# So...why exactly am I so antisocial?



## Ormazd (Jan 26, 2010)

Introverted - Duh

Ignored - Being ignored has got to be one of the worst things. I can remember many a time when I'll be talking and then somebody else will start talking and of course I'll be ignored. Or I'll try to talk to somebody over the internet and...nothing...yay. I'm a fairly soft-spoken individual so it's not uncommon for me to have to repeat myself just so that the person actually realizes I'm talking to them. I'm also very good at sticking to the walls and corners and generally just being quiet, so often when I do speak someone will get surprised and say "oh I didn't know you were there", this get's annoying.

Fragile - I get hurt pretty easily I think. I can get pretty upset over some silly things.

Paranoid - The more I see other people lie to people that are not myself the more I assume people are lying to me. My brother when he was younger used to lie all the time, and my father when I still talked to him would also lie quite a bit, so I guess I'm just used to people being liars. Unless if I've decided that I can trust any given person (which rarely ever happens) I will usually assume that I'm being played for a fool.

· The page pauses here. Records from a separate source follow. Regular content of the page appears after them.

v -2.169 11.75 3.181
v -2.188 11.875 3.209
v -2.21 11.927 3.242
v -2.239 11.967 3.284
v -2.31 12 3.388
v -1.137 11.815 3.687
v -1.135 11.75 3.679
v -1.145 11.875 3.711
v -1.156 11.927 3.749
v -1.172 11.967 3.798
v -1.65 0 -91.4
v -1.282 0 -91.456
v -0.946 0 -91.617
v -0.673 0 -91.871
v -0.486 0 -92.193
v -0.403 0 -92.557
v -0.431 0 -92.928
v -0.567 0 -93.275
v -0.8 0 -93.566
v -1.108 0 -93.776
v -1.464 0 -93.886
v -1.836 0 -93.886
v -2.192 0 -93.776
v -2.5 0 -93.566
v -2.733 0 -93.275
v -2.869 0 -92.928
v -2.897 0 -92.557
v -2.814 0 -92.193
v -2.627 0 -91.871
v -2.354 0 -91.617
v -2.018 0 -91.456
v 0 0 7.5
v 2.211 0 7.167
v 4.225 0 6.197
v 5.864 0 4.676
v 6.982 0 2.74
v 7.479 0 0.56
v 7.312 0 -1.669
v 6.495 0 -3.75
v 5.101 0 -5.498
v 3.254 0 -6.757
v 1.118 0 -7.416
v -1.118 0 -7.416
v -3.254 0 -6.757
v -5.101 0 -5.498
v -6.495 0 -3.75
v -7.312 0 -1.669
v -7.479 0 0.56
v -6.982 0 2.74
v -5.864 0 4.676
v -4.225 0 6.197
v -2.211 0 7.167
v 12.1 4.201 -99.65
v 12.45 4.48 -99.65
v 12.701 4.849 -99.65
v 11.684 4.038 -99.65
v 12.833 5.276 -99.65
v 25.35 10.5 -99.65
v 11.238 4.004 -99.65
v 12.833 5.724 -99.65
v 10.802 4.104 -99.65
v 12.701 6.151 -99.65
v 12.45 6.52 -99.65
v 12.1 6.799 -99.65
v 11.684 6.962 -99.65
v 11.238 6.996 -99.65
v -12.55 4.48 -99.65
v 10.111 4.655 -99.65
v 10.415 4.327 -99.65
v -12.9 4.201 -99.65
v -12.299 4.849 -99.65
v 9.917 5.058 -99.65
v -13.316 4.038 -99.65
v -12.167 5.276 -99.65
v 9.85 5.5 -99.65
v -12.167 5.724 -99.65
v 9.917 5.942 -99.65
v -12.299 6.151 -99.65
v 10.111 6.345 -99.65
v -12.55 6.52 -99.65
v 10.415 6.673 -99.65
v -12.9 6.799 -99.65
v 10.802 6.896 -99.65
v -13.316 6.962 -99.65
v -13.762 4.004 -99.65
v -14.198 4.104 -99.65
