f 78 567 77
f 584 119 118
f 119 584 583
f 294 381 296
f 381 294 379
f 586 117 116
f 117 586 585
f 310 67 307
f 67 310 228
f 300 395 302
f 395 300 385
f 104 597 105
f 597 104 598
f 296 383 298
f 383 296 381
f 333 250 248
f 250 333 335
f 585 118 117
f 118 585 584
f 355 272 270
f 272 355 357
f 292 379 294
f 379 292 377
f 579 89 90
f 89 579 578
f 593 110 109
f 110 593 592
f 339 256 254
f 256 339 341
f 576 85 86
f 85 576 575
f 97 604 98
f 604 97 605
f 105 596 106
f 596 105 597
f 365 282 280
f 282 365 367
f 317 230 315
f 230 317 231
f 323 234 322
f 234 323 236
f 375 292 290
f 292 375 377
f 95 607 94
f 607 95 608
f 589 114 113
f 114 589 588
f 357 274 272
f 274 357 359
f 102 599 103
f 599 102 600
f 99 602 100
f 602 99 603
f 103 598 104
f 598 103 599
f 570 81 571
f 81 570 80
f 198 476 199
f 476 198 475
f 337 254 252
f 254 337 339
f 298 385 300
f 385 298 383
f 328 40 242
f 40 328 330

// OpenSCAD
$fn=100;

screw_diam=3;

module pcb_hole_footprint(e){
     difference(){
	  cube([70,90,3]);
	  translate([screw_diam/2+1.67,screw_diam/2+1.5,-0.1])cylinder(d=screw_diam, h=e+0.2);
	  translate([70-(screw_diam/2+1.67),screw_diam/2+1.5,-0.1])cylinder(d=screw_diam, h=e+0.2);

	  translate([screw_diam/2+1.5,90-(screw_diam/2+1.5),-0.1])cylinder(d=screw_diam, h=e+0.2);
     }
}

People aren't very nice - It's easy to walk down the street and have some stranger harass you for no real reason. This in particular confuses me more than upsets me, I really just don't understand that kind of behaviour.

People are confusing - They often do things that don't make any sense at all, that are not beneficial to them and/or anyone else. I have a difficult time trying to deal with such levels of uncertainty.

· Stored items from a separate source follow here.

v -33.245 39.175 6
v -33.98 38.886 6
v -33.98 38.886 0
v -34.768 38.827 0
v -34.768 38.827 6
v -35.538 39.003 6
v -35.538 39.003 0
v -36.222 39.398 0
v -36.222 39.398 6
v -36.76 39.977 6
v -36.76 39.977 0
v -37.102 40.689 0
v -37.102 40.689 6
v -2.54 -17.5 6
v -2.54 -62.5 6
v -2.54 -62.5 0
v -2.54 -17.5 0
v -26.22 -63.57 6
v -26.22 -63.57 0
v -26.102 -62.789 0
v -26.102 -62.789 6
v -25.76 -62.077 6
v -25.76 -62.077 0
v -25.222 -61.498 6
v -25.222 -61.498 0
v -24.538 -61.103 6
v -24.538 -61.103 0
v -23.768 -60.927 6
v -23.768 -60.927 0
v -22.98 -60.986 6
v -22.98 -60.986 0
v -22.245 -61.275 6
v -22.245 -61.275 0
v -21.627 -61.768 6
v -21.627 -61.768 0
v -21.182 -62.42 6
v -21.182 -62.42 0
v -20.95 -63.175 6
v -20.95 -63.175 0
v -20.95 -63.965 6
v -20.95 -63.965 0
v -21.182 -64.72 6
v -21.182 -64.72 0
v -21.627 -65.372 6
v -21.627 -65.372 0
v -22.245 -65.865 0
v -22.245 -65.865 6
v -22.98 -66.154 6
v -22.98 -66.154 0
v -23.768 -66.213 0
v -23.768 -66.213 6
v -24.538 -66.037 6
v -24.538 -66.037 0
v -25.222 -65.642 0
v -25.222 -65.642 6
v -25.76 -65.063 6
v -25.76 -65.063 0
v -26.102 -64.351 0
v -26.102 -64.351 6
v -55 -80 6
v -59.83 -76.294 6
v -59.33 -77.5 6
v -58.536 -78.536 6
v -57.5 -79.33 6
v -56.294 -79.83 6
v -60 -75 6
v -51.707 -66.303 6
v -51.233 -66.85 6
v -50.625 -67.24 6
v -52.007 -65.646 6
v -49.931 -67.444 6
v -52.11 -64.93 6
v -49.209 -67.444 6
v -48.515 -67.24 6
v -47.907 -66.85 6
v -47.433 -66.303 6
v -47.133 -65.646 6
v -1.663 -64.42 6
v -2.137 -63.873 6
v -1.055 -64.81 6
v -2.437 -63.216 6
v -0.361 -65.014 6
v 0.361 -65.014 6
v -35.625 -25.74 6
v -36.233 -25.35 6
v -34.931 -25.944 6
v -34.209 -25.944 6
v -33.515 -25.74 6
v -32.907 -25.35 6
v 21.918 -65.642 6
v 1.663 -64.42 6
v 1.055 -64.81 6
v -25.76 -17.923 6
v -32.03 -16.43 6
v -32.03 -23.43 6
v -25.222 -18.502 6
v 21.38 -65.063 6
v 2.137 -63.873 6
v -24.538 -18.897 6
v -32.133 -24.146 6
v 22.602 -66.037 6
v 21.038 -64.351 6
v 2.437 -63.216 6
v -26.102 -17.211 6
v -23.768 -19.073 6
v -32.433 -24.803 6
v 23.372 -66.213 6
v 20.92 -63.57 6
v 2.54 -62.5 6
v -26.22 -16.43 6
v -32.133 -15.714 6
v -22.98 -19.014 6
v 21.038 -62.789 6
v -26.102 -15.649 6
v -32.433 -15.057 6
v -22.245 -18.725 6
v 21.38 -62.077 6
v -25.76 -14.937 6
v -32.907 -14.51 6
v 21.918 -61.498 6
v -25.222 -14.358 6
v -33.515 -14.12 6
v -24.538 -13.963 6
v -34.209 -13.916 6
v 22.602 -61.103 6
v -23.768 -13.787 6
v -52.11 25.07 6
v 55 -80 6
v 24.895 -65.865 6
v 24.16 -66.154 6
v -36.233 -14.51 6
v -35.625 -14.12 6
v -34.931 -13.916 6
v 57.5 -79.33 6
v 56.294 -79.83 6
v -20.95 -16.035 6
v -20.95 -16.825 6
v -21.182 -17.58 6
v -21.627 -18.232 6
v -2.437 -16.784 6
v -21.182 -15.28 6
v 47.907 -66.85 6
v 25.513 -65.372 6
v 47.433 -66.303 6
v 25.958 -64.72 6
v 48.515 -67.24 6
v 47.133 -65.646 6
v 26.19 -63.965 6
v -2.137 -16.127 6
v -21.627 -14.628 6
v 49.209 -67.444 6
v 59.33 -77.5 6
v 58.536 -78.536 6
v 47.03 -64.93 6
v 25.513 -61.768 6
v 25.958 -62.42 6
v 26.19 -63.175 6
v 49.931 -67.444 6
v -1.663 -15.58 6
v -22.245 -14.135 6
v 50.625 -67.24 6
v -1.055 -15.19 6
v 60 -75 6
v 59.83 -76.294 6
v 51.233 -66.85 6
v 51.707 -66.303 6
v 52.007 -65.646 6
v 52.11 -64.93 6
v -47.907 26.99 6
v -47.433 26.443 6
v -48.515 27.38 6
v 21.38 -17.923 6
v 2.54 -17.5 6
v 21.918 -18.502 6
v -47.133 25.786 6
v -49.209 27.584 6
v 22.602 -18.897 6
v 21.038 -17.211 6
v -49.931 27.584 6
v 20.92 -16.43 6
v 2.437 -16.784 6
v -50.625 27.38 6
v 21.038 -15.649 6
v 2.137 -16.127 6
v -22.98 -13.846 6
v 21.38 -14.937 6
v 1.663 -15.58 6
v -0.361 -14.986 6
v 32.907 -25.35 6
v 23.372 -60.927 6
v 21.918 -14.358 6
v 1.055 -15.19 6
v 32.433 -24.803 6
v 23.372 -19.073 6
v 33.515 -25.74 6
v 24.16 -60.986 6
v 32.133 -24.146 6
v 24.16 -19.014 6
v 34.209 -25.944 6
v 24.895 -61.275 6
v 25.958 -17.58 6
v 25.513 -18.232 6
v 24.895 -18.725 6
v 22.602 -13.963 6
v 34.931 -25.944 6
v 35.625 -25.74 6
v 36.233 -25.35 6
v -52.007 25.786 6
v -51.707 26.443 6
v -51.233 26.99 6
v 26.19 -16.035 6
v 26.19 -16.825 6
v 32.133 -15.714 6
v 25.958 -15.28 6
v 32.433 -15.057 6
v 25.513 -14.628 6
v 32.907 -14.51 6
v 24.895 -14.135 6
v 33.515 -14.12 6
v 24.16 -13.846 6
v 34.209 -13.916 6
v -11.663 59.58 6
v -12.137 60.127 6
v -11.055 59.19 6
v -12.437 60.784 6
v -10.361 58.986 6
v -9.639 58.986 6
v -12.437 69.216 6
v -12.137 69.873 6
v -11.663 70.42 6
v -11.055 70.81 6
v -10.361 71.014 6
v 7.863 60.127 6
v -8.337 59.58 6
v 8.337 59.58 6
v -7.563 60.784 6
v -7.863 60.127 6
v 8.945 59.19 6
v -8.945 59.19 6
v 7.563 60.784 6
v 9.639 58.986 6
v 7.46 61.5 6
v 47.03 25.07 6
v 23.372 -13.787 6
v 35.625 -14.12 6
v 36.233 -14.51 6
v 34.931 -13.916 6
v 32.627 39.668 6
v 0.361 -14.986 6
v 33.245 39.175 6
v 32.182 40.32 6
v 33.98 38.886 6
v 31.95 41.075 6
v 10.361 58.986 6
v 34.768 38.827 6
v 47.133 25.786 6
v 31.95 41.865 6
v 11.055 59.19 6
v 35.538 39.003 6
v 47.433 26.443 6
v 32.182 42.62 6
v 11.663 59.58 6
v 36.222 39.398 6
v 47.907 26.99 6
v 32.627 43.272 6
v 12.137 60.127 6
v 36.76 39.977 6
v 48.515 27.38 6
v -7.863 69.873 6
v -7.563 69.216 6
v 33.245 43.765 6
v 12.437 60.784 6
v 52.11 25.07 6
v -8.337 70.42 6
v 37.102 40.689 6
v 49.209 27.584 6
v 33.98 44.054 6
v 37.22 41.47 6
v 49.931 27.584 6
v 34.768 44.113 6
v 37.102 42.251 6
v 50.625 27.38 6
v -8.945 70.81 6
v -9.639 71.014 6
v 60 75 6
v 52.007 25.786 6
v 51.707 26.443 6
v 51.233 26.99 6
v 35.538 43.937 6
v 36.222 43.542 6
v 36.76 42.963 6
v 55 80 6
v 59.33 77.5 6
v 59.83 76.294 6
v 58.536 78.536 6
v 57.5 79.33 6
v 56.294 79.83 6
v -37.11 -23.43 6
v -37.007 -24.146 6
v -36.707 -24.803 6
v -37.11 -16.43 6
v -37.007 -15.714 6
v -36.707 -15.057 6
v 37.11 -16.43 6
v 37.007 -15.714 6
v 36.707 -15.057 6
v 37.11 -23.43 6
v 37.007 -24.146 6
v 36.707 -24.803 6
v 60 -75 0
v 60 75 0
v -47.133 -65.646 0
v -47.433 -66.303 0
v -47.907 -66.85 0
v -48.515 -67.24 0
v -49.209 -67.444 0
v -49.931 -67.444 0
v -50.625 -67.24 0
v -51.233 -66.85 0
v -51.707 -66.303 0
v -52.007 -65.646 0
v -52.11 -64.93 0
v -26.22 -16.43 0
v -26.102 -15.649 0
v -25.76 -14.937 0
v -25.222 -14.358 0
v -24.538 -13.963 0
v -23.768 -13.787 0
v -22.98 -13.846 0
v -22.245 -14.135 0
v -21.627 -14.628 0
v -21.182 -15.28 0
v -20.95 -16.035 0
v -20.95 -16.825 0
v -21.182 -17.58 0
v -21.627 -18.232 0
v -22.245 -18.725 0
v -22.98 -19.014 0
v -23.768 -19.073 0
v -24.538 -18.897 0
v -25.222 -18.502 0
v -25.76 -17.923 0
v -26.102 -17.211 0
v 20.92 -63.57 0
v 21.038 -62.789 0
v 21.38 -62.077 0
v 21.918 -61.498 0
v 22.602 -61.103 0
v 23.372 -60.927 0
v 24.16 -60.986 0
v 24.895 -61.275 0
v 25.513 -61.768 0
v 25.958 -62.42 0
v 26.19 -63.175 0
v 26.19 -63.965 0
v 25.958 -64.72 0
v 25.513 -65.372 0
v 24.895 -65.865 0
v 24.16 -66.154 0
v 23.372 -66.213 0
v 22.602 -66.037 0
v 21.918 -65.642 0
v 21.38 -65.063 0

Privacy - I like to keep to myself, even if I so badly want to share my world with someone else, I usually won't. I don't like people being able to see "Me", I think this scares me, I'm not entirely certain why this is.

Nervous - I have an easy time becoming nervous around people I don't know very well. Very uncomfortable.

Misinterpreting - People seem dead-set on misinterpreting the things I say. "I don't like receiving christmas/birthday gifts?" "Oh so you don't like people doing nice things for you?" *raaaage* "I don't like school" "Oh so you don't like learning?" *raaaage* *tries to do something nice for a friend* She thinks "oh no he's in love with me" or "he wants to get into my pants" *raaaage*

Hurting others - I don't know what hurts people and what doesn't, I try my best not to hurt others, but invariably I will. I don't like hurting people.

Weird looks - I guess I'm an odd guy, but all those "wtf is that guy doing?" looks while I'm trying to balance a pencil on a tower of dice or while I'm stomping the ground next to a puddle to make the water ripple, get annoying after a while.

People are stupid - and sometimes it causes me great distress...

Being touched - If I don't know you, if I don't love you in some way, if I haven't given you some kind of permission to touch me, do not fricking touch me.

Shaking hands - eugh...Do people actually expect this from other people? How horrible.

Eager - I think I have a tendency to go a bit overboard when I meet someone that I like, I give too much show too much or something and they get scared and leave. Or maybe I'm just not very interesting *shrugs*

Scared - People are scary. Hell, I get nervous talking to a cashier.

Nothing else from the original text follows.